Efinix found that they could run mPower on full-chip static IR drop analysis within a day, and that the tool found violations that were missed from manual power grid checks. RAM usage and run times have improved since using mPower in early 2021. The improved reliability of their FPGA family of devices means that fewer customer returns happen, and that helps business.

Looking Ahead

Expect ever larger devices, more IP blocks, and migration to smaller process nodes from Efinix. These bigger FPGAs will demand CPU and capacity progress for mPower. Tool users want more flexible methods to mix sources: average, PWL, DC and FSDB currents at the transistor, cell and block levels. The GUI should support the added methods. Finally, 3DIC analysis is desired.

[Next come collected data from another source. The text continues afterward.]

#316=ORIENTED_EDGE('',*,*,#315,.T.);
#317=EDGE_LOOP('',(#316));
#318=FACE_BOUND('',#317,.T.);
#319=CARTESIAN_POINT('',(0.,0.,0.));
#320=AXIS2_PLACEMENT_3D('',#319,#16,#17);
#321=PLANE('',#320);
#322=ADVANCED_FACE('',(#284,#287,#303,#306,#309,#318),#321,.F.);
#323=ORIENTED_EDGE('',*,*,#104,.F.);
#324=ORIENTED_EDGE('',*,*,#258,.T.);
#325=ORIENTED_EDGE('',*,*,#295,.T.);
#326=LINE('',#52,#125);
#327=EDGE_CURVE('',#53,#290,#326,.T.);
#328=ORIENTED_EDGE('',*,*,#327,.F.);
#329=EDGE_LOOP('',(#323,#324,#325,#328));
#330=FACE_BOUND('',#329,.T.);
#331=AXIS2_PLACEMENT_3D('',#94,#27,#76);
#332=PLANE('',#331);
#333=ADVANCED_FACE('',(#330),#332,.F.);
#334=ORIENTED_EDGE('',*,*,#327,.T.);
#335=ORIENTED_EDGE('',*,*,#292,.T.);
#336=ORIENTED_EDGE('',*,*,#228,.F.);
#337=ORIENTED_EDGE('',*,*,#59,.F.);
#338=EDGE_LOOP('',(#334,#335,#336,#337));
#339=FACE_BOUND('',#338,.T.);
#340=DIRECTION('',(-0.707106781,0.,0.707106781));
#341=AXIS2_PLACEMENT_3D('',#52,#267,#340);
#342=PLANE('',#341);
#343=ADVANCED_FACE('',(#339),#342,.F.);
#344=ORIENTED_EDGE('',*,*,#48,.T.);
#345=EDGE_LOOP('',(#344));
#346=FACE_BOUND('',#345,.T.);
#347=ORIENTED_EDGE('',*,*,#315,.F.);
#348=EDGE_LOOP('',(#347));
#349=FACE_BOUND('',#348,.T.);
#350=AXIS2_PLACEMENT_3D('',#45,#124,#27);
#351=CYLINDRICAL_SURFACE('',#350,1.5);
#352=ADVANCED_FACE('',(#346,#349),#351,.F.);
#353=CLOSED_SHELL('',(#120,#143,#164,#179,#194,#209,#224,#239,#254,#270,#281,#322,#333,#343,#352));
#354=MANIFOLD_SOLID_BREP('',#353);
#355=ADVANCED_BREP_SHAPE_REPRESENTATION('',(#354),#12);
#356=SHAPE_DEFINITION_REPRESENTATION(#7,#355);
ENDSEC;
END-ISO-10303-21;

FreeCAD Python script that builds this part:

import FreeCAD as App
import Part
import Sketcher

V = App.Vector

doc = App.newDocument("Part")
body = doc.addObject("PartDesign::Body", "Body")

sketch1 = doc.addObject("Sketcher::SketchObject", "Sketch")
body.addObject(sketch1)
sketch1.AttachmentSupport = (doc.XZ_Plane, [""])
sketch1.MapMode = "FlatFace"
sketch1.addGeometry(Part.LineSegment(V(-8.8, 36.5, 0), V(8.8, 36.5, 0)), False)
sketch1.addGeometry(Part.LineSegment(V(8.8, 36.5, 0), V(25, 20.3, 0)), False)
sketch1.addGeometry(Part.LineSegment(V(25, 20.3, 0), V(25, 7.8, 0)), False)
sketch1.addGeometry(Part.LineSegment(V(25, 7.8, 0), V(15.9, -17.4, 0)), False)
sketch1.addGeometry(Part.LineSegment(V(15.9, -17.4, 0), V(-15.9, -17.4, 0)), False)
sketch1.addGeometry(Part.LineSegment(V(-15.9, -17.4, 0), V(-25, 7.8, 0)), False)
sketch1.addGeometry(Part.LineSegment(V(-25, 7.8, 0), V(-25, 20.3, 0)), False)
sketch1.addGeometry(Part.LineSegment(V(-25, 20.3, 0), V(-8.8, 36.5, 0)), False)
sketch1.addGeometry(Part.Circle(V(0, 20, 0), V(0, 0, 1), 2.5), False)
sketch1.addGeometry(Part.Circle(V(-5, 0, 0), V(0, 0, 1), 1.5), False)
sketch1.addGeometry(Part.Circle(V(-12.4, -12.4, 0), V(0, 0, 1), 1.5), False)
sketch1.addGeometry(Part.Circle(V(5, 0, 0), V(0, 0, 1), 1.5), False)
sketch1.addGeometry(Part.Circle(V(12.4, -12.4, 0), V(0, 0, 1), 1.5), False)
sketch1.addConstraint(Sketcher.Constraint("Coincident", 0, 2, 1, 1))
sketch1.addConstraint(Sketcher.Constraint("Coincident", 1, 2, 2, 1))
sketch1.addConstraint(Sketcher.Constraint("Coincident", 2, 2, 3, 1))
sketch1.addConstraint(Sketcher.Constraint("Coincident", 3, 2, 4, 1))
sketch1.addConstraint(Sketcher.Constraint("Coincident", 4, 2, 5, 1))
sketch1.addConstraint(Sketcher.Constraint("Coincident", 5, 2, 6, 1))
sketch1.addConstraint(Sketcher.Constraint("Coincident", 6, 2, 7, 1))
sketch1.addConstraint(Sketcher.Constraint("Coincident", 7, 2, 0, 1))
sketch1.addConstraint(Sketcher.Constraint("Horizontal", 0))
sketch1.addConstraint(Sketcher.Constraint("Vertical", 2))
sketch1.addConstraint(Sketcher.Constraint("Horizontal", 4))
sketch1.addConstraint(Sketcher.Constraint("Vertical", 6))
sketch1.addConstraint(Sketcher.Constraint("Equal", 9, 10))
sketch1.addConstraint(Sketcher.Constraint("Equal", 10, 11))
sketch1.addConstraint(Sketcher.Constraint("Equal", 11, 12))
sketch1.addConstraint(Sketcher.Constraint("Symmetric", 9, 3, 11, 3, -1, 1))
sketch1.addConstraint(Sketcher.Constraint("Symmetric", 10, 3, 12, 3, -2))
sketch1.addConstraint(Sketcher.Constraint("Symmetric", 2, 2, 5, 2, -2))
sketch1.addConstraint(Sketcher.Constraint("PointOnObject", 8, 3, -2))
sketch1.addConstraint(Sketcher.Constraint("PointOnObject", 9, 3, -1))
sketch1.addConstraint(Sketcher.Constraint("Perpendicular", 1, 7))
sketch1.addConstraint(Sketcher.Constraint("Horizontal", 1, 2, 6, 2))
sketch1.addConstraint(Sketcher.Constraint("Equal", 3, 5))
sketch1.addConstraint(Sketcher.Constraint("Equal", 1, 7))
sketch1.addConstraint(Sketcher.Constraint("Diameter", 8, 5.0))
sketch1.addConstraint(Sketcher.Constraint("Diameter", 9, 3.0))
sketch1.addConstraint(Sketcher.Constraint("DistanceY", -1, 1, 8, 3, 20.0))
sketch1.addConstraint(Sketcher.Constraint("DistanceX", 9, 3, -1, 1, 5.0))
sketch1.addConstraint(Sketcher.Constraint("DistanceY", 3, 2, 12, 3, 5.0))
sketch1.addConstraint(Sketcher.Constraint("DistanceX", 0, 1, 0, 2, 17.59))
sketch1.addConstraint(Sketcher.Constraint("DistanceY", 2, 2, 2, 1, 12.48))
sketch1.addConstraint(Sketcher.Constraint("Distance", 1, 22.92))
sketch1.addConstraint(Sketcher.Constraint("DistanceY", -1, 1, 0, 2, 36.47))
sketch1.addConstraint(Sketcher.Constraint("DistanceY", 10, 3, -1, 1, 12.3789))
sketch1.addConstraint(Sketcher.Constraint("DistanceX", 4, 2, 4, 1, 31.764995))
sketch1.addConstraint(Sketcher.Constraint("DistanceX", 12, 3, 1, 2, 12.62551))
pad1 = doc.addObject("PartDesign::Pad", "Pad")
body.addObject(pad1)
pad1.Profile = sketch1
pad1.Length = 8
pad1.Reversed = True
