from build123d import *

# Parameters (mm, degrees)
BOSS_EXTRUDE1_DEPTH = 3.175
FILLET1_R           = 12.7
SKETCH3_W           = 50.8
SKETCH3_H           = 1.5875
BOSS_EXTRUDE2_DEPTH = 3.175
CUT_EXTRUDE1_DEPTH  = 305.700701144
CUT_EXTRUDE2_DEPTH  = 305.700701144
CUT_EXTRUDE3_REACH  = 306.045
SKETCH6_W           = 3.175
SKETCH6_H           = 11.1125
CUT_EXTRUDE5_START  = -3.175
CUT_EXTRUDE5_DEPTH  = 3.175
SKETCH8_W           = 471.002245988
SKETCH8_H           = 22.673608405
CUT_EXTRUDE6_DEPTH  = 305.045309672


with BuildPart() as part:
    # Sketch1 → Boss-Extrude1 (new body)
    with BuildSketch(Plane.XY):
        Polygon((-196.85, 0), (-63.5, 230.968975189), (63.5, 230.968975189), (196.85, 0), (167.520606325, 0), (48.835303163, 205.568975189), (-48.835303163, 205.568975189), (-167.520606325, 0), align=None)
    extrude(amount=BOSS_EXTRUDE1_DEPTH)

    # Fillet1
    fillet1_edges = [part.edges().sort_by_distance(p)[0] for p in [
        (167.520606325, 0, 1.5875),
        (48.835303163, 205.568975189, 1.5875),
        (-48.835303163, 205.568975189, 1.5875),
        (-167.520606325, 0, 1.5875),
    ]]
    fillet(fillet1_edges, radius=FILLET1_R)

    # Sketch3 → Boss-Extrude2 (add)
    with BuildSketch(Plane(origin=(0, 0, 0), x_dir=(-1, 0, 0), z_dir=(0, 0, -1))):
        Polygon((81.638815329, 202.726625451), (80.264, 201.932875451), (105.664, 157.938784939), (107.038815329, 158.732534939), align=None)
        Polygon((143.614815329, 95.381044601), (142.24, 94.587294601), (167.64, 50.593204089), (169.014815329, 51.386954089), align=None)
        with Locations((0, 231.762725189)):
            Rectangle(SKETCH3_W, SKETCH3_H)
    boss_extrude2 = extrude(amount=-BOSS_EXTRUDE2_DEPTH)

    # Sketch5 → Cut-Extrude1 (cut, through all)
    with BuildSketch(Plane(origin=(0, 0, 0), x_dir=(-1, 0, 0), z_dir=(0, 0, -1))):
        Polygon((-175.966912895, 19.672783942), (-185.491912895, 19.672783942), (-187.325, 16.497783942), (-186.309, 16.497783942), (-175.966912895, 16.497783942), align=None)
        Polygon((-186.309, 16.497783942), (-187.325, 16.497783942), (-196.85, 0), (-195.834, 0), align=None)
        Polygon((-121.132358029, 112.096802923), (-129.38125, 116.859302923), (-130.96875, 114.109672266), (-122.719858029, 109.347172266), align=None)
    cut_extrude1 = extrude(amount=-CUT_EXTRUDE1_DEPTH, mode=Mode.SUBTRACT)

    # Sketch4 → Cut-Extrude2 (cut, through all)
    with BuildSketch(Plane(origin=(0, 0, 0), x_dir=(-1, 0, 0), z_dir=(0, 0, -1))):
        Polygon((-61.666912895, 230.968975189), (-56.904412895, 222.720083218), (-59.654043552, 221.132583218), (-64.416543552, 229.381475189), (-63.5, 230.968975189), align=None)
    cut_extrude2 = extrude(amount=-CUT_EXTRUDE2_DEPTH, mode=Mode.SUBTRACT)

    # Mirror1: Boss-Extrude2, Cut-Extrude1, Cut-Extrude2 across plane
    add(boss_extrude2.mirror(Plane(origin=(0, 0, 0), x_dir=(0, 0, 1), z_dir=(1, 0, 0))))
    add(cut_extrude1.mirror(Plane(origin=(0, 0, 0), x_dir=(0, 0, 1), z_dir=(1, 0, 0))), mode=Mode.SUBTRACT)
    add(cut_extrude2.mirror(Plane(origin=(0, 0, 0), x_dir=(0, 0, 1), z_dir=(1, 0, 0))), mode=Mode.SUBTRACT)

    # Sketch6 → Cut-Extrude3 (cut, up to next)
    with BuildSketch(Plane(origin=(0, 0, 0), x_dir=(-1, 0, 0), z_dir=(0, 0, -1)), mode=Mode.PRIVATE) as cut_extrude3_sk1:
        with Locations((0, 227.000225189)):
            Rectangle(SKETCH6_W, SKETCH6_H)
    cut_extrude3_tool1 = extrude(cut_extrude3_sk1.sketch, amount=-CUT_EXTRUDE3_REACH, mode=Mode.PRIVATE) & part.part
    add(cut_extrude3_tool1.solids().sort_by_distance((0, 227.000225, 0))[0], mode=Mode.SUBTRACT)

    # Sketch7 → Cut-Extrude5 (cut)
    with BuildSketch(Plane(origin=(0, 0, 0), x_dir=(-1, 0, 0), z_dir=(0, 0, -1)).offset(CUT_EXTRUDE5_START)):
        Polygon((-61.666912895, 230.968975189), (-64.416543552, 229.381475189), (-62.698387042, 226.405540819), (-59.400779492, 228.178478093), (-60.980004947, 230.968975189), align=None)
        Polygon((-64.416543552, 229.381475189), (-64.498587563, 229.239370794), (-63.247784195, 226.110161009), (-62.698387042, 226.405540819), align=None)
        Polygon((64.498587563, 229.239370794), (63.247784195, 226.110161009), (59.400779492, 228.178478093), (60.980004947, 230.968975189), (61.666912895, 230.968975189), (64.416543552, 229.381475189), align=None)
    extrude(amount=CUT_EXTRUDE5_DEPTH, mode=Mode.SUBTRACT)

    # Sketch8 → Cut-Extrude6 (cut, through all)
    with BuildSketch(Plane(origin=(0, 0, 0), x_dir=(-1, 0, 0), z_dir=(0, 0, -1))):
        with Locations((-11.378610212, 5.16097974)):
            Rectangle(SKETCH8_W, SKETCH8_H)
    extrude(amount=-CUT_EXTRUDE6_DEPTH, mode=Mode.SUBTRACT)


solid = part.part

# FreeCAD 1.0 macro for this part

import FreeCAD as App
import Part
import Sketcher

V = App.Vector
Q = App.Units.Quantity


def edges_at(feature, points):
    """Names of the edges that pass closest to the given points."""
    edges = feature.Shape.Edges
    near = lambda p: min(range(len(edges)), key=lambda i: edges[i].distToShape(Part.Vertex(*p))[0])
    return sorted({f"Edge{near(p) + 1}" for p in points})


def add_polygon(sketch, points):
    """Adds a closed chain of lines whose ends are joined by coincident constraints."""
    first, n = sketch.GeometryCount, len(points)
    for a, b in zip(points, points[1:] + points[:1]):
        sketch.addGeometry(Part.LineSegment(App.Vector(*a, 0), App.Vector(*b, 0)), False)
    for i in range(n):
        sketch.addConstraint(Sketcher.Constraint("Coincident", first + i, 2, first + (i + 1) % n, 1))

doc = App.newDocument("Part")
body = doc.addObject("PartDesign::Body", "Body")

# Sketch on XY plane
sketch1 = doc.addObject("Sketcher::SketchObject", "Sketch")
body.addObject(sketch1)
sketch1.AttachmentSupport = (doc.XY_Plane, [""])
sketch1.MapMode = "FlatFace"
add_polygon(sketch1, [(-64, 231), (-197, 0), (-168, 0), (-49, 206), (49, 206), (168, 0), (197, 0), (64, 231)])  # lines 0-7
sketch1.addConstraint(Sketcher.Constraint("Horizontal", 1))
sketch1.addConstraint(Sketcher.Constraint("Horizontal", 3))
sketch1.addConstraint(Sketcher.Constraint("Horizontal", 5))
sketch1.addConstraint(Sketcher.Constraint("Horizontal", 7))
sketch1.addConstraint(Sketcher.Constraint("Symmetric", 1, 2, 4, 2, -1, 1))
sketch1.addConstraint(Sketcher.Constraint("Symmetric", 0, 2, 5, 2, -2))
sketch1.addConstraint(Sketcher.Constraint("Parallel", 0, 2))
sketch1.addConstraint(Sketcher.Constraint("Parallel", 4, 6))
sketch1.addConstraint(Sketcher.Constraint("Equal", 2, 4))
sketch1.addConstraint(Sketcher.Constraint("DistanceX", 7, 2, 7, 1, Q("5 in")))
sketch1.addConstraint(Sketcher.Constraint("Angle", 0, Q("-120 deg")))
sketch1.addConstraint(Sketcher.Constraint("DistanceY", 3, 2, 6, 2, Q("1 in")))
sketch1.addConstraint(Sketcher.Constraint("Distance", 0, Q("10.5 in")))
sketch1.addConstraint(Sketcher.Constraint("DistanceX", 1, 1, 1, 2, Q("29.329394 mm")))
pad1 = doc.addObject("PartDesign::Pad", "Pad")
body.addObject(pad1)
pad1.Profile = sketch1
pad1.Length = Q("0.125 in")
doc.recompute()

The team at Efinix evaluated mPower in early 2021, and taped out their first product in the middle of 2021, while a second product taped out in the end of 2021. Using mPower has saved the Efinix team at least a week on every ECO iteration near tape out, because the previous flow required so much manual prep work. Having fast run times, accuracy, and memory efficiency with mPower for EM/IR analysis helped them meet project deadlines.